Mechanisms giving increased weld depth due to a flux

Abstract

It is known that for ‘tungsten inert gas’ welding of stainless steel, the weld depth can be increased by a factor of two or more if a thin layer of flux powder is initially coated on the steel. Numerical predictions from a unified electrode-arc-weldpool model are made elucidating the possible role of three different mechanisms previously proposed to explain this effect, and we also examine a new fourth possible mechanism, namely the effect that the flux is an electrical insulator. (1) Calculations support the suggestion that if the dissolved flux in the weld pool changes the temperature dependence of the surface tension to increase rather than decrease with temperature, the direction of convective circulation within the weld pool can change from radially outwards to radially inwards, leading to an increased weld depth of the order of 2 mm. (2) The effect of electron attachment to flux vapour in the arc, if the vapour contains an attaching gas such as oxygen, is found to have a negligible effect in producing arc constriction and thus a higher current density to increase weld depth. (3) Our treatment assumes that the surface of the weld pool is undepressed by the arc, so that we have not examined the suggestion that increased weld depth is caused by the flux lowering surface tension and thus increasing depression of the weld pool surface.
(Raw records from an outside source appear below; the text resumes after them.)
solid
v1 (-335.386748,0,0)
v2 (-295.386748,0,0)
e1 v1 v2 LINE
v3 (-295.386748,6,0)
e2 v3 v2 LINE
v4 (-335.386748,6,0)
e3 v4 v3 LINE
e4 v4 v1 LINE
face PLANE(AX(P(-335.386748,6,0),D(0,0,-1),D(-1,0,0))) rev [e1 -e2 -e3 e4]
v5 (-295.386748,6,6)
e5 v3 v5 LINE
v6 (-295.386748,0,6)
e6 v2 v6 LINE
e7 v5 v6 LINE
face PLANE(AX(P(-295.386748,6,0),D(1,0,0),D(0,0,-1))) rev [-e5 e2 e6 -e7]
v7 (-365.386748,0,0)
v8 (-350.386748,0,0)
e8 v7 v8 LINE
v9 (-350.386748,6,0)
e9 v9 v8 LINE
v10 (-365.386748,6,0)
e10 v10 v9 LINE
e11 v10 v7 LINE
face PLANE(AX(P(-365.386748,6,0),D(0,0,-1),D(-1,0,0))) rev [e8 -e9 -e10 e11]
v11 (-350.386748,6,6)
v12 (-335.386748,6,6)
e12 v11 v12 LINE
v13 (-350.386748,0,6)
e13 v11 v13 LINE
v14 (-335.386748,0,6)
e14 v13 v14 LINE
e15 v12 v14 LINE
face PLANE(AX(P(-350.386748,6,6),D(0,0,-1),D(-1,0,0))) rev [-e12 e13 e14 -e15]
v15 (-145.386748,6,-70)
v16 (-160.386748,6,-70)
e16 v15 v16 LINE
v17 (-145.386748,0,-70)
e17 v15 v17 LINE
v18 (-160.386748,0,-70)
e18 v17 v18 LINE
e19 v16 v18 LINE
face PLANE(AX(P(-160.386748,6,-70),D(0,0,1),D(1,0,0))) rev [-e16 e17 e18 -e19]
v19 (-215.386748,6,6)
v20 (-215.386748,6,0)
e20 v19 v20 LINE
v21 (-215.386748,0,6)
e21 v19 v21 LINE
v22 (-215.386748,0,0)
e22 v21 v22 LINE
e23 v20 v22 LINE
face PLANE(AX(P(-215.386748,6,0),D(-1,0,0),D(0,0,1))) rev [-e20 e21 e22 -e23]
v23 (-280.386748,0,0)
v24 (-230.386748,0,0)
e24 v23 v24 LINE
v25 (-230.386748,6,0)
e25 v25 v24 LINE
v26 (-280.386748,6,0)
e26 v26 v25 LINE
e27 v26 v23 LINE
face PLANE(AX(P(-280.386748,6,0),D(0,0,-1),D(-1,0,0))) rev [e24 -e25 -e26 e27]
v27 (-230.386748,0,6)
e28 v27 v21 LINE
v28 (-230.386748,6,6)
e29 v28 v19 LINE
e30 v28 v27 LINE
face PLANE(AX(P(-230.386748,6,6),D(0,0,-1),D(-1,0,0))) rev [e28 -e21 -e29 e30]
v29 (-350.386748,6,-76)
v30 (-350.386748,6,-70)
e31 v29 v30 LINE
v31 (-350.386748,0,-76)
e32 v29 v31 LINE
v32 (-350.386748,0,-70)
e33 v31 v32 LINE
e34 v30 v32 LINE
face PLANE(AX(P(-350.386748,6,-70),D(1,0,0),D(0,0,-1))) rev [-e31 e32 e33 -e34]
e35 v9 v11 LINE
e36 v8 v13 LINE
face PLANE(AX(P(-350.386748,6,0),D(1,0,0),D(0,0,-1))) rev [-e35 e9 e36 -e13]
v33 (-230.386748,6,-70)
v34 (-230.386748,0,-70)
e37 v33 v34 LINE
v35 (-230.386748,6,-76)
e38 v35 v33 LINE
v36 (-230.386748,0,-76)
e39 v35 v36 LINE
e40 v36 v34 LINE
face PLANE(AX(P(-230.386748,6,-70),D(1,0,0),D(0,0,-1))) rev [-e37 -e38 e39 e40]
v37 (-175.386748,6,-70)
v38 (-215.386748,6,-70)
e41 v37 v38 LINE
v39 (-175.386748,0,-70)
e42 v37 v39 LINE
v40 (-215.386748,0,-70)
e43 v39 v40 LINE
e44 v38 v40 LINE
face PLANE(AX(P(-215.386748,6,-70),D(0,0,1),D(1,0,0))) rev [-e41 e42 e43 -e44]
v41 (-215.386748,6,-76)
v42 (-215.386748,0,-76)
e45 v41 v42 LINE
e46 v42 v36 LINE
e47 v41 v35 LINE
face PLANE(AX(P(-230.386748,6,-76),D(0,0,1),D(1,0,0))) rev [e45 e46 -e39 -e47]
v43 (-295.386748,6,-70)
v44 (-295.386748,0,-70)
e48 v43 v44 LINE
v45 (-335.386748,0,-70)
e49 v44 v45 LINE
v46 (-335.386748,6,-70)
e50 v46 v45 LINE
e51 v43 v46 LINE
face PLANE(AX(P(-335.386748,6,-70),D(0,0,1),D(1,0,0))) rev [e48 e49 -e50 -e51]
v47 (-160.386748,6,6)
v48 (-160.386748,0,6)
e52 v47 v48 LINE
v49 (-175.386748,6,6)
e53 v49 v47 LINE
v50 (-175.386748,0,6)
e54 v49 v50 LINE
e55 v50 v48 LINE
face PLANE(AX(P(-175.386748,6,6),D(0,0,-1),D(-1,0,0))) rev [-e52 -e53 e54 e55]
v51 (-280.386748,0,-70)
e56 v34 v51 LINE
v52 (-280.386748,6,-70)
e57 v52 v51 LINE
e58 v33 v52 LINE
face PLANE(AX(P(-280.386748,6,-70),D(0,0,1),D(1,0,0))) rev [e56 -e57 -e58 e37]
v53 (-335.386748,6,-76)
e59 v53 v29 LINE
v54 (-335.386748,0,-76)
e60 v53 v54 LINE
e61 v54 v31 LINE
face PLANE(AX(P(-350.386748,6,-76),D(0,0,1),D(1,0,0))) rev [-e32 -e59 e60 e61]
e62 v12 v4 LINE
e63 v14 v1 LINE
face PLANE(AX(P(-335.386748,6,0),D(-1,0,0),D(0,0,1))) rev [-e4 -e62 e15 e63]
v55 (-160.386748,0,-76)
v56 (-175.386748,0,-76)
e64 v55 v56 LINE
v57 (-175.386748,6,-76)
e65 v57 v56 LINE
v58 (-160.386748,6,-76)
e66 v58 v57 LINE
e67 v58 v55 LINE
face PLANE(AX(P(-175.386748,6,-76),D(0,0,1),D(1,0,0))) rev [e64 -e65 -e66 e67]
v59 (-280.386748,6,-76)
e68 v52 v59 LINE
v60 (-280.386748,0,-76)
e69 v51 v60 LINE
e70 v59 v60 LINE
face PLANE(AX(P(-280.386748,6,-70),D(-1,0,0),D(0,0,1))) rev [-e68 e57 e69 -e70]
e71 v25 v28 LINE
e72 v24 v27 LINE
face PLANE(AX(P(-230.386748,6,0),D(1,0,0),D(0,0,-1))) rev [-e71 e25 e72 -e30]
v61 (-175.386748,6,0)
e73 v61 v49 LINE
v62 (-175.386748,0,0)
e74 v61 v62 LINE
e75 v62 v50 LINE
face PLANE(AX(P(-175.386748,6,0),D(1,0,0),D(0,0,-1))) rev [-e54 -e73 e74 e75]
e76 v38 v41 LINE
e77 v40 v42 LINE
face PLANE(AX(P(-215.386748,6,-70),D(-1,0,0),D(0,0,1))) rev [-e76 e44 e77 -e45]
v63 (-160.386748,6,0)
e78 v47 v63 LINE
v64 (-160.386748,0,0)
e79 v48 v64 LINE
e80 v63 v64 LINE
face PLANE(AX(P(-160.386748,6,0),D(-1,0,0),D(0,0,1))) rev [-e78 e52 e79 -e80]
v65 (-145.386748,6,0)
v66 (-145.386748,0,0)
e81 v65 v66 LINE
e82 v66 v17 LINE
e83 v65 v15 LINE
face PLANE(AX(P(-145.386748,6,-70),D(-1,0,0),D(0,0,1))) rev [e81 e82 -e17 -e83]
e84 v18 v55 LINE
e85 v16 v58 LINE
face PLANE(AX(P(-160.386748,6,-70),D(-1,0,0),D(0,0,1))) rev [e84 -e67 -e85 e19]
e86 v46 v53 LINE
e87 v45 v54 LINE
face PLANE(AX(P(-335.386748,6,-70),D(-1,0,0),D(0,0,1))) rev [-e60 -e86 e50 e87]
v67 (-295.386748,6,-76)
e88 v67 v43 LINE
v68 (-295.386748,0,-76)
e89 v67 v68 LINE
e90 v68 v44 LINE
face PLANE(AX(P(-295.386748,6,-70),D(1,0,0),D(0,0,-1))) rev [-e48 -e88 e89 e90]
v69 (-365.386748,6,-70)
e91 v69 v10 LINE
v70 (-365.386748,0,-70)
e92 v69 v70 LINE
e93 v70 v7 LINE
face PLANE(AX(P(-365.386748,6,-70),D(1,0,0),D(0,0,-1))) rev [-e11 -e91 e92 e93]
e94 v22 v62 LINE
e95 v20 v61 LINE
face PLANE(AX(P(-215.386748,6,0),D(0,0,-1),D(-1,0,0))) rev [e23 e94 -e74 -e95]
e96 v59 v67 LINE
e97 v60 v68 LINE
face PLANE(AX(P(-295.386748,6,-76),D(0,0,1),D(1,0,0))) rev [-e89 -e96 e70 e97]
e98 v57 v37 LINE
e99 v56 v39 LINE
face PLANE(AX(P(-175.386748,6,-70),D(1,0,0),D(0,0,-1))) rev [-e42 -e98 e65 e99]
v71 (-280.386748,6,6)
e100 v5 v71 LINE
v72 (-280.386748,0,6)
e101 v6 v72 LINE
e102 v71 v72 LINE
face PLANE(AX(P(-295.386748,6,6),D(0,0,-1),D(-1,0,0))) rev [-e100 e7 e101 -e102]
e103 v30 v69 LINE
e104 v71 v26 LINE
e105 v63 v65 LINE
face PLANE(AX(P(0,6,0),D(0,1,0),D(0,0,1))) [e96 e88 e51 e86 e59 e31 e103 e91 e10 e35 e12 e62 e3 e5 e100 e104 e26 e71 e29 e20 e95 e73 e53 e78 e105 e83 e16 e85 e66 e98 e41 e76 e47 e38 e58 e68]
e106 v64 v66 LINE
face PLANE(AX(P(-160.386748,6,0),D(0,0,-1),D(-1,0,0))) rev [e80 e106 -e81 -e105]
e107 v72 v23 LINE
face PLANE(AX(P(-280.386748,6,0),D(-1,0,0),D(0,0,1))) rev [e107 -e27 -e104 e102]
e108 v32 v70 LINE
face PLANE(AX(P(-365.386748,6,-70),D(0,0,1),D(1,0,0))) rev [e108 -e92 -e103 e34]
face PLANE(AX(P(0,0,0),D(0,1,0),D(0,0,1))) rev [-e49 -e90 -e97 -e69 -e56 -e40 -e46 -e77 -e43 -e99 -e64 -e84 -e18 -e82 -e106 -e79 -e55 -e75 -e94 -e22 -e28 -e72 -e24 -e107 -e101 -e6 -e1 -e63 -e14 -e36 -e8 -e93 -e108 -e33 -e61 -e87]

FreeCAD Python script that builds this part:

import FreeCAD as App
import Part
import Sketcher

doc = App.newDocument("Part")
body = doc.addObject("PartDesign::Body", "Body")

sketch1 = body.newObject("Sketcher::SketchObject", "Sketch")
sketch1.AttachmentSupport = (doc.getObject("XZ_Plane"), [""])
sketch1.MapMode = "FlatFace"
sketch1.addGeometry(Part.LineSegment(App.Vector(-145, -70, 0), App.Vector(-160, -70, 0)), False)
sketch1.addGeometry(Part.LineSegment(App.Vector(-160, -70, 0), App.Vector(-160, -76, 0)), False)
sketch1.addGeometry(Part.LineSegment(App.Vector(-160, -76, 0), App.Vector(-175, -76, 0)), False)
sketch1.addGeometry(Part.LineSegment(App.Vector(-175, -76, 0), App.Vector(-175, -70, 0)), False)
sketch1.addGeometry(Part.LineSegment(App.Vector(-175, -70, 0), App.Vector(-215, -70, 0)), False)
sketch1.addGeometry(Part.LineSegment(App.Vector(-215, -70, 0), App.Vector(-215, -76, 0)), False)
sketch1.addGeometry(Part.LineSegment(App.Vector(-215, -76, 0), App.Vector(-230, -76, 0)), False)
sketch1.addGeometry(Part.LineSegment(App.Vector(-230, -76, 0), App.Vector(-230, -70, 0)), False)
sketch1.addGeometry(Part.LineSegment(App.Vector(-230, -70, 0), App.Vector(-280, -70, 0)), False)
sketch1.addGeometry(Part.LineSegment(App.Vector(-280, -70, 0), App.Vector(-280, -76, 0)), False)
sketch1.addGeometry(Part.LineSegment(App.Vector(-280, -76, 0), App.Vector(-295, -76, 0)), False)
sketch1.addGeometry(Part.LineSegment(App.Vector(-295, -76, 0), App.Vector(-295, -70, 0)), False)
sketch1.addGeometry(Part.LineSegment(App.Vector(-295, -70, 0), App.Vector(-335, -70, 0)), False)
sketch1.addGeometry(Part.LineSegment(App.Vector(-335, -70, 0), App.Vector(-335, -76, 0)), False)
sketch1.addGeometry(Part.LineSegment(App.Vector(-335, -76, 0), App.Vector(-350, -76, 0)), False)
sketch1.addGeometry(Part.LineSegment(App.Vector(-350, -76, 0), App.Vector(-350, -70, 0)), False)
sketch1.addGeometry(Part.LineSegment(App.Vector(-350, -70, 0), App.Vector(-365, -70, 0)), False)
sketch1.addGeometry(Part.LineSegment(App.Vector(-365, -70, 0), App.Vector(-365, 0, 0)), False)
sketch1.addGeometry(Part.LineSegment(App.Vector(-365, 0, 0), App.Vector(-350, 0, 0)), False)
sketch1.addGeometry(Part.LineSegment(App.Vector(-350, 0, 0), App.Vector(-350, 6, 0)), False)
sketch1.addGeometry(Part.LineSegment(App.Vector(-350, 6, 0), App.Vector(-335, 6, 0)), False)
sketch1.addGeometry(Part.LineSegment(App.Vector(-335, 6, 0), App.Vector(-335, 0, 0)), False)
sketch1.addGeometry(Part.LineSegment(App.Vector(-335, 0, 0), App.Vector(-295, 0, 0)), False)
sketch1.addGeometry(Part.LineSegment(App.Vector(-295, 0, 0), App.Vector(-295, 6, 0)), False)
sketch1.addGeometry(Part.LineSegment(App.Vector(-295, 6, 0), App.Vector(-280, 6, 0)), False)
sketch1.addGeometry(Part.LineSegment(App.Vector(-280, 6, 0), App.Vector(-280, 0, 0)), False)
sketch1.addGeometry(Part.LineSegment(App.Vector(-280, 0, 0), App.Vector(-230, 0, 0)), False)
sketch1.addGeometry(Part.LineSegment(App.Vector(-230, 0, 0), App.Vector(-230, 6, 0)), False)
sketch1.addGeometry(Part.LineSegment(App.Vector(-230, 6, 0), App.Vector(-215, 6, 0)), False)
But experimental observations indicate that such depression is negligible for currents of less than 200 A. (4) If the flux produces an insulating layer on the metal surface, calculations indicate that there can be a marked increase in weld depth of the order of 5 mm or more due to the flux blocking the current in the outer regions of the arc thus producing a higher current density at the arc centre. Furthermore these calculations indicate that the flux causes an arc spot to form at the anode, in agreement with similar experimental observations of an anode spot in the presence of a flux.